The following command generates a project with PHP, JS, and CSS code for registering a block with a WordPress plugin.

$ npx @wordpress/create-block [options] [slug]

Demo

[slug] is optional. When provided, it triggers the quick mode where it is used as the block slug used for its identification, the output location for scaffolded files, and the name of the WordPress plugin.
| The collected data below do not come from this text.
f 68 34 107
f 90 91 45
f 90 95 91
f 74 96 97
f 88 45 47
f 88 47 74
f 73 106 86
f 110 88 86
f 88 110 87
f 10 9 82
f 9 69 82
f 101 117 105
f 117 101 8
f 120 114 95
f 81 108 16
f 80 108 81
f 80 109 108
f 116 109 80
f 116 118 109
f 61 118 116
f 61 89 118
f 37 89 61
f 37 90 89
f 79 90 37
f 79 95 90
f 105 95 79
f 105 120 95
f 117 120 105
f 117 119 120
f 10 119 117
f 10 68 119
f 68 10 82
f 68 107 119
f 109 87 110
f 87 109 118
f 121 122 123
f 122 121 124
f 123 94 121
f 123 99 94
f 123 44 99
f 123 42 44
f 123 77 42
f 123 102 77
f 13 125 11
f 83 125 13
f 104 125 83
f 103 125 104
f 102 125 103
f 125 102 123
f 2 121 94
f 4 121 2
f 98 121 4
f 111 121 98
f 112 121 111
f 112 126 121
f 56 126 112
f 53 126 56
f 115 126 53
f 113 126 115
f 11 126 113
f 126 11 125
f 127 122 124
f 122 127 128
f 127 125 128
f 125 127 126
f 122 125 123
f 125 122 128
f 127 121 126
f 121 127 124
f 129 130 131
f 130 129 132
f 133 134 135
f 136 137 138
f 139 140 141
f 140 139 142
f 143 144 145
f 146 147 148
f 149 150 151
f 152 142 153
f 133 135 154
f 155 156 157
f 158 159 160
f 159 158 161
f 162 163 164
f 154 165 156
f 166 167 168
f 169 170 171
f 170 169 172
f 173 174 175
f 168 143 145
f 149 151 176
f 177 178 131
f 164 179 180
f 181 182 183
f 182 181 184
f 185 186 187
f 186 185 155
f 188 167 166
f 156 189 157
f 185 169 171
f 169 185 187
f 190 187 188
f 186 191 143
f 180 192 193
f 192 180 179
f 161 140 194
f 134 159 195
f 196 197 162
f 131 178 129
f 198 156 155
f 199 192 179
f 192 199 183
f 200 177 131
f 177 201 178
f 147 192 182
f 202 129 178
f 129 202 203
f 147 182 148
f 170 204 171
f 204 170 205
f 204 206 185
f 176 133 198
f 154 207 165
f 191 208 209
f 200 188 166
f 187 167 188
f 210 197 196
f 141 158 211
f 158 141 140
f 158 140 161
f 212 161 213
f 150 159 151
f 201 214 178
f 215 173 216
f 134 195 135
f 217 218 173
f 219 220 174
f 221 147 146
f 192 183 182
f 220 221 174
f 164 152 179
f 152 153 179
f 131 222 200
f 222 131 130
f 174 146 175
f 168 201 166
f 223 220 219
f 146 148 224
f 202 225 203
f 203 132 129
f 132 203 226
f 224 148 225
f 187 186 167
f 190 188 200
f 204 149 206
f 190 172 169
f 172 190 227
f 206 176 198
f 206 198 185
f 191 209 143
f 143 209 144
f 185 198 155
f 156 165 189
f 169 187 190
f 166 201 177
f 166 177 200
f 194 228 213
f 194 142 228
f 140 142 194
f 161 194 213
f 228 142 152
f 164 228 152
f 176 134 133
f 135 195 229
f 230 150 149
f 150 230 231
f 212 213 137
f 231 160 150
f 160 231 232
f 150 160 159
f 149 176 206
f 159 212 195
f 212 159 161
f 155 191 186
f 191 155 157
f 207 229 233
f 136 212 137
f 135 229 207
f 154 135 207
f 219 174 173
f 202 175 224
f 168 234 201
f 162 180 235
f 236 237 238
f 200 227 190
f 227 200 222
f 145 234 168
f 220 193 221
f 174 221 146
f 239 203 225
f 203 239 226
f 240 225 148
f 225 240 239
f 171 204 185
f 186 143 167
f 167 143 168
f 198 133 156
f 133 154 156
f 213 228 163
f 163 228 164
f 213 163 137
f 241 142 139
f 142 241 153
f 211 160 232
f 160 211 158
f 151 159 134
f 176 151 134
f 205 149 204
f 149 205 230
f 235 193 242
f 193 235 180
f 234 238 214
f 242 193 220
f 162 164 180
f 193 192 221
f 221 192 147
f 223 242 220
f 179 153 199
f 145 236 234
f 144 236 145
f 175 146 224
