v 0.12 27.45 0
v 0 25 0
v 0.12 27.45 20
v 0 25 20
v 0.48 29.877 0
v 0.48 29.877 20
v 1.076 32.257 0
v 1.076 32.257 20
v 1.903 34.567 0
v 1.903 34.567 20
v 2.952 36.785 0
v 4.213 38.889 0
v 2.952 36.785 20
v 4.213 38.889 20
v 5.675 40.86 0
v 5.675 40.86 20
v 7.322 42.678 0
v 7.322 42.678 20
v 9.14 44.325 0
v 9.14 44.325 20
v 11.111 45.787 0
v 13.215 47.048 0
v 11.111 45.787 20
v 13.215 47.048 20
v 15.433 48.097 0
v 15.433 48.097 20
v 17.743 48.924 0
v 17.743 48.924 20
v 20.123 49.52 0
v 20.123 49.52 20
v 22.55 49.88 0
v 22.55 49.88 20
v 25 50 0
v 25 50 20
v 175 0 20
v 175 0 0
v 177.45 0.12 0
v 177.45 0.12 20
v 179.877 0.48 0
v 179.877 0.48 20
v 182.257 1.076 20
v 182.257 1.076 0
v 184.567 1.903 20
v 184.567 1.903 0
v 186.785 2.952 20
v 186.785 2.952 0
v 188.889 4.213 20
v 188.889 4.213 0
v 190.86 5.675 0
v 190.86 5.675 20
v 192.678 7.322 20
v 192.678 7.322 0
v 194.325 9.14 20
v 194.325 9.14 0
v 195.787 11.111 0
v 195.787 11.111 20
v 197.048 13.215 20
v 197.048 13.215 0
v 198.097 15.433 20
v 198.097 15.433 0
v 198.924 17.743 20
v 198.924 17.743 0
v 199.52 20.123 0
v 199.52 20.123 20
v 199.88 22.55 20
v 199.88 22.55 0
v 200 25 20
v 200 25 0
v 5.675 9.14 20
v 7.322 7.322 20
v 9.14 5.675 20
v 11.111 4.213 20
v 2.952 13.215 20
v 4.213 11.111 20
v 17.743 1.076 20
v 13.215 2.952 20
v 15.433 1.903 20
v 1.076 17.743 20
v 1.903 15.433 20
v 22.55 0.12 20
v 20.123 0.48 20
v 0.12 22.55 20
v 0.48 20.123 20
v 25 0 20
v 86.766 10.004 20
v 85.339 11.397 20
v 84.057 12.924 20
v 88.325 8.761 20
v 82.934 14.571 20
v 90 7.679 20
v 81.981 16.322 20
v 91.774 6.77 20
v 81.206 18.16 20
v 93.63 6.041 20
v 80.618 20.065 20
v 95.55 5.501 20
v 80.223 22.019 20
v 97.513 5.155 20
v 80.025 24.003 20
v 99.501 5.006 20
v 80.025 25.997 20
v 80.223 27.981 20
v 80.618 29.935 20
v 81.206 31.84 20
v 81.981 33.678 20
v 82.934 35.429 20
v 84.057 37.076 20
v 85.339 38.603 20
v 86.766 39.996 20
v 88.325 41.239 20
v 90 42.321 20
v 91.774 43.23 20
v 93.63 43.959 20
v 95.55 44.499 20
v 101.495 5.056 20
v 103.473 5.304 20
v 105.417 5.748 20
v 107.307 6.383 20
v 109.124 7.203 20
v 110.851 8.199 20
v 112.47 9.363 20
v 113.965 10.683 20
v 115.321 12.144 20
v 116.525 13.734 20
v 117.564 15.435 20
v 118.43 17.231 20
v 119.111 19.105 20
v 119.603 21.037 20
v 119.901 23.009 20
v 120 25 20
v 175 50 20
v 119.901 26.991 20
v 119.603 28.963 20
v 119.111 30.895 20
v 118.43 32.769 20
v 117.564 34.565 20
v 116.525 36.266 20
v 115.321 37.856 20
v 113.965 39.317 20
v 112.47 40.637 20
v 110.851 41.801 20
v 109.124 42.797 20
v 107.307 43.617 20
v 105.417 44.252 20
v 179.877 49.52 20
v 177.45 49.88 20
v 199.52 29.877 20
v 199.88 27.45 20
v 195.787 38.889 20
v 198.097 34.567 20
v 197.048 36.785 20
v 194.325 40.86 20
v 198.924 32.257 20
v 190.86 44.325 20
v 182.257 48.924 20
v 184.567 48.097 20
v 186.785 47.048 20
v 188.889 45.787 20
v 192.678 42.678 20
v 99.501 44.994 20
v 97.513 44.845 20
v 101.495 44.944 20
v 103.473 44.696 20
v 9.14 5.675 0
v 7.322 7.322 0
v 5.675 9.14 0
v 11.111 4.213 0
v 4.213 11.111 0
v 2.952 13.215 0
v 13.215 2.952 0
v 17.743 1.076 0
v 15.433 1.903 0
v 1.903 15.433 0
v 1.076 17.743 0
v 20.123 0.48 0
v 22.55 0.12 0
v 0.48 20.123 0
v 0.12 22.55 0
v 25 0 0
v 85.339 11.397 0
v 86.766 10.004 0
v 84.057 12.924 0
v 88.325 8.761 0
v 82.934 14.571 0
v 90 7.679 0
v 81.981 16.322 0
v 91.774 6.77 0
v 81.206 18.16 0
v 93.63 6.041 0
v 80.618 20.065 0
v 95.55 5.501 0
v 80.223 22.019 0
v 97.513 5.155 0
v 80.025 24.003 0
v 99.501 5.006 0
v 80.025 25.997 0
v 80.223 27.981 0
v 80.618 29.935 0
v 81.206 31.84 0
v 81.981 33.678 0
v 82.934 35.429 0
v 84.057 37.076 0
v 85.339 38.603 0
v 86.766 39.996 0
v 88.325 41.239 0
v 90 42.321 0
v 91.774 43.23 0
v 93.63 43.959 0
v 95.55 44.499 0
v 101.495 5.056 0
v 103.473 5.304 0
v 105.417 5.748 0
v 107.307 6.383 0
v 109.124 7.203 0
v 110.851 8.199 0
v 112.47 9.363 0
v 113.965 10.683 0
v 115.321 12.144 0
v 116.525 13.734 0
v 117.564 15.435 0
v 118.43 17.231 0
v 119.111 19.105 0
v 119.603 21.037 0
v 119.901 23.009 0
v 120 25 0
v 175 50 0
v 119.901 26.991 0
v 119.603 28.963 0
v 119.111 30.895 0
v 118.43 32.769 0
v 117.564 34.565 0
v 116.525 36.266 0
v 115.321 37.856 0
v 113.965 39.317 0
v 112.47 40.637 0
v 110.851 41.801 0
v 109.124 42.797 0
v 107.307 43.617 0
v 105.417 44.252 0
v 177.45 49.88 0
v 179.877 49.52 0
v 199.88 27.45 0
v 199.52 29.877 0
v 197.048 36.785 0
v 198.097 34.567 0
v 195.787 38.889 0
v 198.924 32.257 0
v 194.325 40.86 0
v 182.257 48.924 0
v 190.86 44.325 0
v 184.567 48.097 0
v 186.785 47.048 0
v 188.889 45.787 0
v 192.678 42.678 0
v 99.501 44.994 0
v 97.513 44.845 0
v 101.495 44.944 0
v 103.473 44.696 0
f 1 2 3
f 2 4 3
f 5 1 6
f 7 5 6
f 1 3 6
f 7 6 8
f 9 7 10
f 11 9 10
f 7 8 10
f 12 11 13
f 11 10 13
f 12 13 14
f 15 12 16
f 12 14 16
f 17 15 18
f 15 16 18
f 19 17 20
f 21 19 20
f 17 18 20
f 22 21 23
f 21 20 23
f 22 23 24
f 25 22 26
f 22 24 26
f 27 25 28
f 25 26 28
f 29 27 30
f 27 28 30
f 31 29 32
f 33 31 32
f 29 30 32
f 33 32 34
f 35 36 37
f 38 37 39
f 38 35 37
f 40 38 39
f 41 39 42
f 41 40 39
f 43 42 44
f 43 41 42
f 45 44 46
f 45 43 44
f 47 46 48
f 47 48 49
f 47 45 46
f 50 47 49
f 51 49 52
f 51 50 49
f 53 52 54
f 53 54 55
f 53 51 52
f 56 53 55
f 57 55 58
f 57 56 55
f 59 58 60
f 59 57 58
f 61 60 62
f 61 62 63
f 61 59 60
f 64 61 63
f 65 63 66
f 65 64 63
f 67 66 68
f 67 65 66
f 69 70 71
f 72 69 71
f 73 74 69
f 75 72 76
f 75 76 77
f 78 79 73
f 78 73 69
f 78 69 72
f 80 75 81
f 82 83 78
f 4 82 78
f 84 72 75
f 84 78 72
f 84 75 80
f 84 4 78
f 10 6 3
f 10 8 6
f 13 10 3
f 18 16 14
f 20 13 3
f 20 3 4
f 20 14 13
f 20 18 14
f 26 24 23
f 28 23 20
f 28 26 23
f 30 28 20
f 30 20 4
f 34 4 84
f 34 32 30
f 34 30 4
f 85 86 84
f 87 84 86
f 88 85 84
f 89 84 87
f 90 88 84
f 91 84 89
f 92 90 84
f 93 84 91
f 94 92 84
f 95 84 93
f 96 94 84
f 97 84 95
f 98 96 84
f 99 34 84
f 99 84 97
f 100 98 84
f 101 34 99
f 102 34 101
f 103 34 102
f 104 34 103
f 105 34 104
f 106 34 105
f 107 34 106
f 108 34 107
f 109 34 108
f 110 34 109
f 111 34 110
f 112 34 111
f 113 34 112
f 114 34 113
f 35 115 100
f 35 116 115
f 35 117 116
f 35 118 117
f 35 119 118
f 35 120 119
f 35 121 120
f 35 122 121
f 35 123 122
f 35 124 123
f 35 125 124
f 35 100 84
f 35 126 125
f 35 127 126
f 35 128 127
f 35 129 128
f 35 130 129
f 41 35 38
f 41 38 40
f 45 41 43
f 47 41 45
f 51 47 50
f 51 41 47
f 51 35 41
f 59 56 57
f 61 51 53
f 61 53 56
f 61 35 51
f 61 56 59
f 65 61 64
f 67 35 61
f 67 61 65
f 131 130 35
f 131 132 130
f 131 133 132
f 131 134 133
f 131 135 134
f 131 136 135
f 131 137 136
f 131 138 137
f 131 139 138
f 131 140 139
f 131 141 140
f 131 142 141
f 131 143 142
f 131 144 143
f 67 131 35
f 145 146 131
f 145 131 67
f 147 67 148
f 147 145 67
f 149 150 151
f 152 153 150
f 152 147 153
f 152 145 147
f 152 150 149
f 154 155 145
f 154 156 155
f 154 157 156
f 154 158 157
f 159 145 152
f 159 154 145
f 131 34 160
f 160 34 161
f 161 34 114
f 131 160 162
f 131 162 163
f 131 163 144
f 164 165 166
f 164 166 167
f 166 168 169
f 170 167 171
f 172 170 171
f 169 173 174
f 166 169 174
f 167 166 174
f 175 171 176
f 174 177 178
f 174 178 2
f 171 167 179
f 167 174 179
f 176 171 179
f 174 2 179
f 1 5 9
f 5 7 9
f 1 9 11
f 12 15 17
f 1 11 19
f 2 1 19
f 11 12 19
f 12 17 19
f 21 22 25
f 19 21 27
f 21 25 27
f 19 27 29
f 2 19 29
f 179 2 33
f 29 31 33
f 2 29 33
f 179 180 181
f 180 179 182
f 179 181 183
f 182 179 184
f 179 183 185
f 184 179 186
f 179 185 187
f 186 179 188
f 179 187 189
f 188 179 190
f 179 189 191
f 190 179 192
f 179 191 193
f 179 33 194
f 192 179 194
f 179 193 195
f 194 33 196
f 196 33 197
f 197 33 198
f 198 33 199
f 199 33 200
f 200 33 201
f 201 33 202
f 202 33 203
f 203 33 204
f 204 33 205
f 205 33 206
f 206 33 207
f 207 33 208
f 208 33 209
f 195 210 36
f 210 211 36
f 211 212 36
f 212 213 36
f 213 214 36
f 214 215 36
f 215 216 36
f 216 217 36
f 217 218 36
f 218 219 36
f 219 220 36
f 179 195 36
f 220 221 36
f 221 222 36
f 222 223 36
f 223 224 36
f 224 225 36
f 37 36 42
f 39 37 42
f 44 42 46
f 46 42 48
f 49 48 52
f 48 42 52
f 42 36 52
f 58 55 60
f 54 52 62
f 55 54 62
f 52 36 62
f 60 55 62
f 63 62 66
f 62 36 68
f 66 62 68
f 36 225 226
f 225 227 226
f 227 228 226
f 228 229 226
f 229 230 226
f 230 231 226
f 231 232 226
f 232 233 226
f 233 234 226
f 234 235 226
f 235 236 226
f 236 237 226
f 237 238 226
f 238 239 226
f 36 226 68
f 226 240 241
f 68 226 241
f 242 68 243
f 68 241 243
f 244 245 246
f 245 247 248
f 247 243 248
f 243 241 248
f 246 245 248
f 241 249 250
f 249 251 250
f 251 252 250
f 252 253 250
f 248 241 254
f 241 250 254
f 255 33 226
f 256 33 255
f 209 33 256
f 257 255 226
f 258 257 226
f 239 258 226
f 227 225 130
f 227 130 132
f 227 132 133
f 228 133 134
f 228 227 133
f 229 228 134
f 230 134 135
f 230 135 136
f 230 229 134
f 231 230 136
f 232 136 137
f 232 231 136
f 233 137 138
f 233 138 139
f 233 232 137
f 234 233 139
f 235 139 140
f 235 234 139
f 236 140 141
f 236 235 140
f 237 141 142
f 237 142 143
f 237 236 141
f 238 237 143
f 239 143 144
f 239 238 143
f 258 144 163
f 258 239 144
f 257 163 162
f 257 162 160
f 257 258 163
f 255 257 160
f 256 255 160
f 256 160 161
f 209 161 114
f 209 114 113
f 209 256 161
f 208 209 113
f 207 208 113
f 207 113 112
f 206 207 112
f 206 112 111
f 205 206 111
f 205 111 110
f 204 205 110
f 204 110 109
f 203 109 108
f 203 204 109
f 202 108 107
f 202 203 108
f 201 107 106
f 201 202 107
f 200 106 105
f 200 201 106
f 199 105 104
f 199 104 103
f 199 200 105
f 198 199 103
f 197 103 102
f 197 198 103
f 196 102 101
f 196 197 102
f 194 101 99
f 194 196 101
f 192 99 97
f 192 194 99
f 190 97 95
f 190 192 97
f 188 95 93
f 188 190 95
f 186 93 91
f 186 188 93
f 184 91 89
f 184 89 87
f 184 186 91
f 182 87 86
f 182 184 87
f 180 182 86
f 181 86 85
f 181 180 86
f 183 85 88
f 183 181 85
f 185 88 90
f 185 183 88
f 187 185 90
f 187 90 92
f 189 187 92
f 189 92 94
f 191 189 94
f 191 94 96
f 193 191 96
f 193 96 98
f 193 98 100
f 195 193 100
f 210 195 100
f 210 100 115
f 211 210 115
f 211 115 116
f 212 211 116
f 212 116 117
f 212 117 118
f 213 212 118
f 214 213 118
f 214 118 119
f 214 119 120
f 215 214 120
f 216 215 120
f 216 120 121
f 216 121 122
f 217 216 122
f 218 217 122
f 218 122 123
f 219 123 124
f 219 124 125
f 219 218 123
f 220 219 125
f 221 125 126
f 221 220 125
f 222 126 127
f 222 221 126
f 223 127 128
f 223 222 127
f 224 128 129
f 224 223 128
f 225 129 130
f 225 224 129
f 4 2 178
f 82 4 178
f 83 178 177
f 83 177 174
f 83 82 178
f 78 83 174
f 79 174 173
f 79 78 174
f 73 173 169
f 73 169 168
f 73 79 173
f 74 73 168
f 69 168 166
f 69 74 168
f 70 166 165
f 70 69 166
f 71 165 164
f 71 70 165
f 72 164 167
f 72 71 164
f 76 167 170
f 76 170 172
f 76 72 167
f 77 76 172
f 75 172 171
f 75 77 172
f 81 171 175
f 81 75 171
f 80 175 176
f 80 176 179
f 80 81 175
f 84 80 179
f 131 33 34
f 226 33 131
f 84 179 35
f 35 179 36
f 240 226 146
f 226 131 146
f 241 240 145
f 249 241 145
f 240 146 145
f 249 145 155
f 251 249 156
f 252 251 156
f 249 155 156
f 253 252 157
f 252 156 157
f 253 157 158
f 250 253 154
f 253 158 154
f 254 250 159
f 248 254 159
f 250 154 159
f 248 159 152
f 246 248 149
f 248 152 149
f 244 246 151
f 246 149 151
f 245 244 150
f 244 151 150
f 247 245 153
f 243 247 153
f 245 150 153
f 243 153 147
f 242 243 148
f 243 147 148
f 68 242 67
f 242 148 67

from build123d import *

# Parameters (mm, degrees)
F0_W     = 200
F0_H     = 50
F0_R     = 20
F1_DEPTH = 20
F2_R     = 24.99999


# Not quite as in the source:
# - a fillet or chamfer is up to 0.001 mm smaller than in the source, because OpenCascade refuses the exact size


with BuildPart() as f1:
    # F0 (on Top) → F1 (new body)
    with BuildSketch(Plane.XY):
        with Locations((100, 25)):
            Rectangle(F0_W, F0_H)
        with Locations((100, 25)):
            Circle(F0_R, mode=Mode.SUBTRACT)
    extrude(amount=F1_DEPTH)

    # F2 (radius 25 in the source; OpenCascade refuses exactly that, so slightly less here)
    f2_edges = [f1.edges().sort_by_distance(p)[0] for p in [
        (200, 0, 10),
        (0, 50, 10),
        (0, 0, 10),
        (200, 50, 10),
    ]]
    fillet(f2_edges, radius=F2_R)


solid = f1.part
The rest of the configuration is set to all default values unless overridden with some options listed below.

Options:

-V, --version                output the version number
-t, --template <name>        project template type name; allowed values: "static" (default), "es5", the name of an external npm package, or the path to a local directory
--namespace <value>          internal namespace for the block name
--title <value>              display title for the block and the WordPress plugin
--short-description <value>  short description for the block and the WordPress plugin
--category <name>            category name for the block
--wp-scripts                 enable integration with `@wordpress/scripts` package
--no-wp-scripts              disable integration with `@wordpress/scripts` package
--wp-env                     enable integration with `@wordpress/env` package
-h, --help                   output usage information

More examples:

  1. Interactive mode – without giving a project name, the script will run in interactive mode giving a chance to customize the important options before generating the files.
$ npx @wordpress/create-block
  1. External npm package – it is also possible to select an external npm package as a template.
$ npx @wordpress/create-block --template my-template-package
  1. Local template directory – it is also possible to pick a local directory as a template.
$ npx @wordpress/create-block --template ./path/to/template-directory
  1. Help – you need to use npx to output usage information.
$ npx @wordpress/create-block --help

When you scaffold a block, you must provide at least a slug name, the namespace which usually corresponds to either the theme or plugin name. In most cases, we recommended pairing blocks with WordPress plugins rather than themes, because only using plugin ensures that all blocks still work when your theme changes.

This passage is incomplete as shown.